I took apart an email to my mom to pass this week on,,,,as we learn things, and there is time....we will update our friends and family. Honestly....I've got good feelings about everything.
We'll be starting our day headed to Primary Children's to see Dr. Drees at 9 sharp. He'll be tested for several degenerative eye poblems with a focus on his retinas. 50% of Pierre Robin babies have Sticklers syndrome ......and upwards of 90+% (of the Sticklers babies) have some sort of major eye issue. For some reason, we're just not worried about this though .......it isn't something anyone can just look at him and know. If we learn something, you'll be the first to know.
From there, we'll see Dr. Siddiqi. He'll make sure Connor's prosthesis is clean and staying put. We'll also discuss a time for his next surgery which will include a palate repair and the clipping of underneath his tongue. I believe his palate repair will take 2 surgeries since he has no hard or soft palate. Part of us hopes this can be done before the new year because we have several pieces of equipment that we're only comfortable returning after he's been home awhile and we know he's handled these surgeries well.
Tomorrow, we'll be headed back to Primary's for Connor's sedated ABR hearing test. Sawyer will stay with a friend. ...his test will be under a deep conscious sedation and he'll be monitored the entire time. He'll have sensors on his forehead and behind his ears.....he'll have small earphones in the ear canals....when the sound goes in his ear, it'll be converted in the inner ear to a small electrical signal that travels along the brain stem auditory nerve pathways. The electrodes will pick up this activity in response to the varying loudness of sound. This should take about 3 to 4 hours and we'll go home once he's had a bottle and kept it down (within reason).
The next day he has speech therapy where we'll need to discuss his eating habits and another needed swallow study. Connor really wants food but there is no doubt about his beyond normal reflux and his aspiration. If a certain baby food is thin, I have to mix cereal with it so he can actually enjoy his meal. .....I'm hoping if these next big appointments go well, we can figure out why he aspirates and fix this because he's starting to really want our food as well. I'd love to let him gnaw on a baby biscuit but of course he has teeth now and we don't want anything to break and him swallow that wrong.

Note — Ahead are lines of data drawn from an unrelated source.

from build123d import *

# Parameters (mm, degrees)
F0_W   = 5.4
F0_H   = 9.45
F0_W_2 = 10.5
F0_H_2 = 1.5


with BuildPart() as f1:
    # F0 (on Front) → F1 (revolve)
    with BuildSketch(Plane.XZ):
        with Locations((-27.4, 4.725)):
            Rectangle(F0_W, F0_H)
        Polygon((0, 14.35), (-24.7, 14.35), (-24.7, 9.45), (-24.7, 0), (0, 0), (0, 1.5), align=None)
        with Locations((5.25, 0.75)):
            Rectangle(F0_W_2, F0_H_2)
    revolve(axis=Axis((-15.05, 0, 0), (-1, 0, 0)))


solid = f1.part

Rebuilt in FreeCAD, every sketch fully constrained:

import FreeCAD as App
import Part
import Sketcher
from FreeCAD import Vector

doc = App.newDocument("Part")
params = doc.addObject("Spreadsheet::Sheet", "Params")
for row, (alias, value) in enumerate([
    ("sketch1_width", "40.6 mm"),
    ("sketch1_width2", "10.5 mm"),
    ("sketch1_width3", "24.7 mm"),
    ("sketch1_height", "1.5 mm"),
    ("sketch1_height2", "4.9 mm"),
    ("revolution_angle", "360 deg"),
], start=1):
    params.set(f"A{row}", alias)
    params.set(f"B{row}", "=" + value)
    params.setAlias(f"B{row}", alias)

body = doc.addObject("PartDesign::Body", "Body")

# Sketch on XZ plane
sketch1 = body.newObject("Sketcher::SketchObject", "Sketch")
sketch1.AttachmentSupport = (doc.getObject("XZ_Plane"), [""])
sketch1.MapMode = "FlatFace"
sketch1.addGeometry(Part.LineSegment(Vector(-30.1, 9.45, 0), Vector(-30.1, 0, 0)), False)
sketch1.addGeometry(Part.LineSegment(Vector(-30.1, 0, 0), Vector(10.5, 0, 0)), False)
sketch1.addGeometry(Part.LineSegment(Vector(10.5, 0, 0), Vector(10.5, 1.5, 0)), False)
sketch1.addGeometry(Part.LineSegment(Vector(10.5, 1.5, 0), Vector(0, 1.5, 0)), False)
sketch1.addGeometry(Part.LineSegment(Vector(0, 1.5, 0), Vector(0, 14.35, 0)), False)
sketch1.addGeometry(Part.LineSegment(Vector(0, 14.35, 0), Vector(-24.7, 14.35, 0)), False)
sketch1.addGeometry(Part.LineSegment(Vector(-24.7, 14.35, 0), Vector(-24.7, 9.45, 0)), False)
sketch1.addGeometry(Part.LineSegment(Vector(-24.7, 9.45, 0), Vector(-30.1, 9.45, 0)), False)
sketch1.addConstraint(Sketcher.Constraint("Coincident", 0, 2, 1, 1))
sketch1.addConstraint(Sketcher.Constraint("Coincident", 1, 2, 2, 1))
sketch1.addConstraint(Sketcher.Constraint("Coincident", 2, 2, 3, 1))
sketch1.addConstraint(Sketcher.Constraint("Coincident", 3, 2, 4, 1))
sketch1.addConstraint(Sketcher.Constraint("Coincident", 4, 2, 5, 1))
sketch1.addConstraint(Sketcher.Constraint("Coincident", 5, 2, 6, 1))
sketch1.addConstraint(Sketcher.Constraint("Coincident", 6, 2, 7, 1))
sketch1.addConstraint(Sketcher.Constraint("Coincident", 7, 2, 0, 1))
sketch1.addConstraint(Sketcher.Constraint("Vertical", 0))
sketch1.addConstraint(Sketcher.Constraint("Horizontal", 1))
sketch1.addConstraint(Sketcher.Constraint("Vertical", 2))
sketch1.addConstraint(Sketcher.Constraint("Horizontal", 3))
sketch1.addConstraint(Sketcher.Constraint("Vertical", 4))
sketch1.addConstraint(Sketcher.Constraint("Horizontal", 5))
sketch1.addConstraint(Sketcher.Constraint("Vertical", 6))
sketch1.addConstraint(Sketcher.Constraint("Horizontal", 7))
sketch1.addConstraint(Sketcher.Constraint("PointOnObject", 0, 2, -1))
sketch1.addConstraint(Sketcher.Constraint("PointOnObject", 3, 2, -2))
sketch1.addConstraint(Sketcher.Constraint("DistanceX", 1, 1, 1, 2, 40.6))
sketch1.addConstraint(Sketcher.Constraint("DistanceX", 3, 2, 3, 1, 10.5))
sketch1.addConstraint(Sketcher.Constraint("DistanceX", 5, 2, 5, 1, 24.7))
sketch1.addConstraint(Sketcher.Constraint("DistanceY", 2, 1, 2, 2, 1.5))
sketch1.addConstraint(Sketcher.Constraint("DistanceY", 6, 2, 6, 1, 4.9))
sketch1.addConstraint(Sketcher.Constraint("DistanceY", 0, 2, 0, 1, 9.45))
sketch1.setExpression("Constraints[18]", "Params.sketch1_width")
sketch1.setExpression("Constraints[19]", "Params.sketch1_width2")
sketch1.setExpression("Constraints[20]", "Params.sketch1_width3")
sketch1.setExpression("Constraints[21]", "Params.sketch1_height")
sketch1.setExpression("Constraints[22]", "Params.sketch1_height2")
revolution = body.newObject("PartDesign::Revolution", "Revolution")
revolution.Profile = sketch1
revolution.ReferenceAxis = (sketch1, ["H_Axis"])
revolution.setExpression("Angle", "Params.revolution_angle")

doc.recompute()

Friday our deaf and blind lady will come to discuss this week's findings and we'll decide the different therapies Connor will need.
Monday we'll visit the pediatrician to relay everything new and also officially change out Connor's g tube for another. His skin has also been irritated around the site, so we'll try to get a handle on that.
Tuesday will be the early development speech guy that comes to our house. He'll follow up with our other speech lady to make his suggestions from what he sees and will also evaluate Connor again for his physical abilities. .....he can almost sit up now. Almost...so we still feel good about this but will listen to what he recommends.
.....from there, we will prepare and enjoy our Thanksgiving with brand new windows installed that Monday and possibly Tuesday. I'll take a bath in my newly painted (buxton blue) bathroom and thank God for my loving and wanted family.....and hopefully with the windows, a much warmer home.